Hives are a lot more expensive, but last year I lost both of the hives from the nucs I bought. This year I bought a hive and a nuc. The hive made honey the nuc made bees. Now I have 4 double deeps.


----------



## Ian (Jan 16, 2003)

SallyD said:


> So for the nucs you keep all summer to keep them from getting over crowded you pull frames of brood and put into existing hives to keep them larger and then replace a empty frame in the nuc?


Yes, have a swarm control strategy in place. Depending when you build them and how big you build them. If they are part of your early spring slip, then they will out grow the 5 frame nuc boxes by summer. And yes you can thin them down to build more if wanted, no rules against anything here in beekeeping as long as what ever you do still insures the survival of the colony through winter.
What we do is push two nucs together, merge them with an excluder overhead and stack boxes on top to collect honey. It becomes a two queen unit and they make a truck load of honey. Both units winter separately.


----------



## GLOCK (Dec 29, 2009)

I love having nuc's I think I have 10 going into winter there all Tri nuc's {3 boxes}. In the summer I use them to make brood for my production hives my bee's seem to make brood faster in the nucs . Plus I like knowing I have lots of bee's and a queen when ever I need one and all my Big hives are safe with lot's of resources near by. Plus ya can sell some bee's while your production hives are making honey. And they winter with less resources and winter easily . The only thing I can say is you have to be on top your hive management or they'll be hanging from the tree's :thumbsup: I


----------



## ericweller (Jan 10, 2013)

If you can get a full size colony (2 boxes) in March for $350, you can split it 3 - 4 times which works out much cheaper than buying nucs. In addition, you have the equipment that housed the hive.
To me, it seems like that would be a better deal.


----------



## SallyD (Mar 12, 2011)

GLOCK said:


> I love having nuc's I think I have 10 going into winter there all Tri nuc's {3 boxes}. In the summer I use them to make brood for my production hives my bee's seem to make brood faster in the nucs . Plus I like knowing I have lots of bee's and a queen when ever I need one and all my Big hives are safe with lot's of resources near by. Plus ya can sell some bee's while your production hives are making honey. And they winter with less resources and winter easily . The only thing I can say is you have to be on top your hive management or they'll be hanging from the tree's :thumbsup: I


This is really fascinating to me. So a nuc that has 5 frames...say one or two frames have the queen/pollen and brood and the rest of the 3 frames have honey. You are telling me that three frames of honey is enough to get a nuc through the winter or are you feeding that nuc all winter?


----------



## McBee7 (Dec 25, 2013)

SallyD said:


> This is really fascinating to me. So a nuc that has 5 frames...say one or two frames have the queen/pollen and brood and the rest of the 3 frames have honey. You are telling me that three frames of honey is enough to get a nuc through the winter or are you feeding that nuc all winter?

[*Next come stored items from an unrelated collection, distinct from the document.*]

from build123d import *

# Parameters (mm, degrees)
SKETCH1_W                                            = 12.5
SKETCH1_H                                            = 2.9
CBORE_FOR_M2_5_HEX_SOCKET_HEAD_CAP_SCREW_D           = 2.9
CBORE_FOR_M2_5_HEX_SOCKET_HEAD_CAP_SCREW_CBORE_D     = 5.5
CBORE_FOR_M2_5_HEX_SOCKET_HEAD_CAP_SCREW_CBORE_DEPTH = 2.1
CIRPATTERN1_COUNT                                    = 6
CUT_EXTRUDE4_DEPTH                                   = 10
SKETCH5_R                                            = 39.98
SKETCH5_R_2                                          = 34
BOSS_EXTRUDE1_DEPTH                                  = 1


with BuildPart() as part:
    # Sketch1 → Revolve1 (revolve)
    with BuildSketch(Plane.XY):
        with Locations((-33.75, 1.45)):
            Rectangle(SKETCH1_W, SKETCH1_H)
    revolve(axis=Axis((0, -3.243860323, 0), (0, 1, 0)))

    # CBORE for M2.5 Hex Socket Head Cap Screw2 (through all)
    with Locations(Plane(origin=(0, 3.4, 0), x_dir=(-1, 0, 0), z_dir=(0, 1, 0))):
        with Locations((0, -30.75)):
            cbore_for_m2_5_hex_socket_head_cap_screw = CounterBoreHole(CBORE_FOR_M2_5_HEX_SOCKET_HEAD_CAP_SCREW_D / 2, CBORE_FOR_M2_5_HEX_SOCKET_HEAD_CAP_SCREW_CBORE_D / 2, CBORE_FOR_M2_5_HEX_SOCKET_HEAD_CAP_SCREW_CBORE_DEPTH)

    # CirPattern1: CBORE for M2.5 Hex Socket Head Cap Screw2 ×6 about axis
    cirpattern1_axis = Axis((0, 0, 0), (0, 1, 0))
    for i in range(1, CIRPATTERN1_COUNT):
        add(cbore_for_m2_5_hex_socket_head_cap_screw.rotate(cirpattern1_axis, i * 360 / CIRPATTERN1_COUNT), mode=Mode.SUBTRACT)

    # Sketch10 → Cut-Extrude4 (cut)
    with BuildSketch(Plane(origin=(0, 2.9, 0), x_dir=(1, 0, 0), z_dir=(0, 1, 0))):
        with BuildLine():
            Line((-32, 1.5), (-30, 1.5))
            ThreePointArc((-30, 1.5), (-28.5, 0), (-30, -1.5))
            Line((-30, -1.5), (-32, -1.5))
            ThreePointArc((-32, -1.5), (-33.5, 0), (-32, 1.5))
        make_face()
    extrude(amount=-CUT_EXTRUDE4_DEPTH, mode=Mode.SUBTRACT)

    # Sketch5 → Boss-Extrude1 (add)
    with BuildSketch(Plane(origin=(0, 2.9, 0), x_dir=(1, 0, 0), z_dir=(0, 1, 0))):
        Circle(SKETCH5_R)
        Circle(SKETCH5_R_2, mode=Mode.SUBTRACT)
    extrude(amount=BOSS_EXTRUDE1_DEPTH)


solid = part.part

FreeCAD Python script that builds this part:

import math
import FreeCAD as App
import Part
import Sketcher
from FreeCAD import Vector
Q = App.Units.Quantity

doc = App.newDocument("Part")
body = doc.addObject("PartDesign::Body", "Body")

# Sketch on XY plane
sketch1 = body.newObject("Sketcher::SketchObject", "Sketch")
sketch1.AttachmentSupport = (doc.getObject("XY_Plane"), [""])
sketch1.MapMode = "FlatFace"
sketch1.addGeometry([
    Part.LineSegment(Vector(-40, 2.9, 0), Vector(-40, 0, 0)),
    Part.LineSegment(Vector(-40, 0, 0), Vector(-27.5, 0, 0)),
    Part.LineSegment(Vector(-27.5, 0, 0), Vector(-27.5, 2.9, 0)),
    Part.LineSegment(Vector(-27.5, 2.9, 0), Vector(-40, 2.9, 0)),
], False)
sketch1.addConstraint([
    Sketcher.Constraint("Coincident", 0, 2, 1, 1),
    Sketcher.Constraint("Coincident", 1, 2, 2, 1),
    Sketcher.Constraint("Coincident", 2, 2, 3, 1),
    Sketcher.Constraint("Coincident", 3, 2, 0, 1),
    Sketcher.Constraint("Vertical", 0),
    Sketcher.Constraint("Horizontal", 1),
    Sketcher.Constraint("Vertical", 2),
    Sketcher.Constraint("Horizontal", 3),
    Sketcher.Constraint("PointOnObject", 0, 2, -1),
    Sketcher.Constraint("DistanceX", 1, 1, 1, 2, Q("12.5 mm")),
    Sketcher.Constraint("DistanceY", 0, 2, 0, 1, Q("2.9 mm")),
    Sketcher.Constraint("DistanceX", 0, 2, -1, 1, Q("40 mm")),
])
revolution = body.newObject("PartDesign::Revolution", "Revolution")
revolution.Profile = sketch1
revolution.ReferenceAxis = (sketch1, ["V_Axis"])
revolution.Angle = 360

# Sketch on XZ plane
sketch2 = body.newObject("Sketcher::SketchObject", "Sketch001")
sketch2.AttachmentSupport = (doc.getObject("XZ_Plane"), [""])
sketch2.MapMode = "FlatFace"
sketch2.AttachmentOffset = App.Placement(Vector(0, 0, -3.4), App.Rotation())
sketch2.addGeometry(Part.Circle(Vector(0, -30.8, 0), Vector(0, 0, 1), 1.4), False)
sketch2.addConstraint([
    Sketcher.Constraint("PointOnObject", 0, 3, -2),
    Sketcher.Constraint("Diameter", 0, Q("2.9 mm")),
    Sketcher.Constraint("DistanceY", 0, 3, -1, 1, Q("30.75 mm")),
])
doc.recompute()
hole = body.newObject("PartDesign::Hole", "Hole")
hole.Profile = sketch2
hole.ThreadType = "None"
hole.Diameter = 2.9
hole.DepthType = "ThroughAll"
hole.HoleCutType = "Counterbore"
hole.HoleCutDiameter = 5.5
hole.HoleCutDepth = 2.1
hole.Reversed = True
doc.recompute()

polarpattern = body.newObject("PartDesign::PolarPattern", "PolarPattern")
polarpattern.Originals = [hole]
polarpattern.Axis = (doc.getObject("Y_Axis"), [""])
polarpattern.Angle = 360
polarpattern.Occurrences = 6
body.Tip = polarpattern

# Sketch on XZ plane
sketch3 = body.newObject("Sketcher::SketchObject", "Sketch002")
sketch3.AttachmentSupport = (doc.getObject("XZ_Plane"), [""])
sketch3.MapMode = "FlatFace"
sketch3.AttachmentOffset = App.Placement(Vector(0, 0, -2.9), App.Rotation())
sketch3.addGeometry([
    Part.LineSegment(Vector(-30, -1.5, 0), Vector(-32, -1.5, 0)),
    Part.ArcOfCircle(Part.Circle(Vector(-32, 0, 0), Vector(0, 0, 1), 1.5), math.radians(90), math.radians(270)),
    Part.LineSegment(Vector(-32, 1.5, 0), Vector(-30, 1.5, 0)),
    Part.ArcOfCircle(Part.Circle(Vector(-30, 0, 0), Vector(0, 0, 1), 1.5), math.radians(-90), math.radians(90)),
], False)
sketch3.addConstraint([
    Sketcher.Constraint("Tangent", 0, 2, 1, 2),
    Sketcher.Constraint("Tangent", 1, 1, 2, 1),
    Sketcher.Constraint("Tangent", 2, 2, 3, 2),
    Sketcher.Constraint("Tangent", 3, 1, 0, 1),
    Sketcher.Constraint("Horizontal", 0),
    Sketcher.Constraint("Horizontal", 2),
    Sketcher.Constraint("PointOnObject", 1, 3, -1),
    Sketcher.Constraint("Radius", 1, Q("1.5 mm")),
    Sketcher.Constraint("DistanceX", 0, 2, 0, 1, Q("2 mm")),
    Sketcher.Constraint("DistanceX", 1, 3, -1, 1, Q("32 mm")),
])
pocket1 = body.newObject("PartDesign::Pocket", "Pocket")
pocket1.Profile = sketch3
pocket1.Length = 10
pocket1.Reversed = True

# Sketch on XZ plane
sketch4 = body.newObject("Sketcher::SketchObject", "Sketch003")
sketch4.AttachmentSupport = (doc.getObject("XZ_Plane"), [""])
sketch4.MapMode = "FlatFace"
sketch4.AttachmentOffset = App.Placement(Vector(0, 0, -2.9), App.Rotation())
sketch4.addGeometry([
    Part.Circle(Vector(0, 0, 0), Vector(0, 0, 1), 40),
    Part.Circle(Vector(0, 0, 0), Vector(0, 0, 1), 34),
], False)
sketch4.addConstraint([
    Sketcher.Constraint("Coincident", 0, 3, -1, 1),
    Sketcher.Constraint("Coincident", 1, 3, -1, 1),
    Sketcher.Constraint("Diameter", 1, Q("68 mm")),
    Sketcher.Constraint("Diameter", 0, Q("79.96 mm")),
])
pad1 = body.newObject("PartDesign::Pad", "Pad")
pad1.Profile = sketch4
pad1.Length = 1
pad1.Reversed = True

doc.recompute()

Think of it this way- if you have 3 frames of honey in a 5 frame nuc, thats 60% of the hive is honey, or 2 frames is 40%honey, if it's 2 story and the second story is all honey you have 50% honey,,,,all are good wintering percentages,,,plus the 50% thats honey weighs a lot more than the 50% thats bees and brood in the bottom box,,It's a full size box in minature, with possibilities 

==McBee7==


----------



## Michael Palmer (Dec 29, 2006)

ericweller said:


> If you can get a full size colony (2 boxes) in March for $350, you can split it 3 - 4 times which works out much cheaper than buying nucs. In addition, you have the equipment that housed the hive.
> To me, it seems like that would be a better deal.


Yeah, but if you already have the production and the nucs, isn't it a better deal to allow the production colony to make honey and use the nuc to make more nucs? You can split the nuc 5-10 times on the flow and winter them.


----------



## GLOCK (Dec 29, 2009)

SallyD said:


> This is really fascinating to me. So a nuc that has 5 frames...say one or two frames have the queen/pollen and brood and the rest of the 3 frames have honey. You are telling me that three frames of honey is enough to get a nuc through the winter or are you feeding that nuc all winter?


Mine are 2 to 3 boxes high by winter not just 5 frames.


----------



## sqkcrk (Dec 10, 2005)

SallyD said:


> This is really fascinating to me. So a nuc that has 5 frames...say one or two frames have the queen/pollen and brood and the rest of the 3 frames have honey. You are telling me that three frames of honey is enough to get a nuc through the winter or are you feeding that nuc all winter?


SallyD,
If you are talking Nucs sold in the Spring, when I have sold them they were made up in late March or early April by taking a frame of capped brood, plus a frame which had open brood and some pollen, and a frame of honey from a strong hive, including as many adult bees as possible, necessary to keep the brood warm and the "colony" going, and putting those frames in a 5 frame nuc box w/ two empty combs or even a frame of foundation. 

To this I added a queen cell, if it was late March, or a caged queen, if it was early April. Then, late in April or early in May, these nucs were transported from SC, where they were made, to NY, where I live. While in SC they fattened up, the queen got mated and/or got to laying eggs, and by the time it was time to sell these nucs there would be two outside frames which might have some brood on the inside sides of them and three frames of brood in all stages.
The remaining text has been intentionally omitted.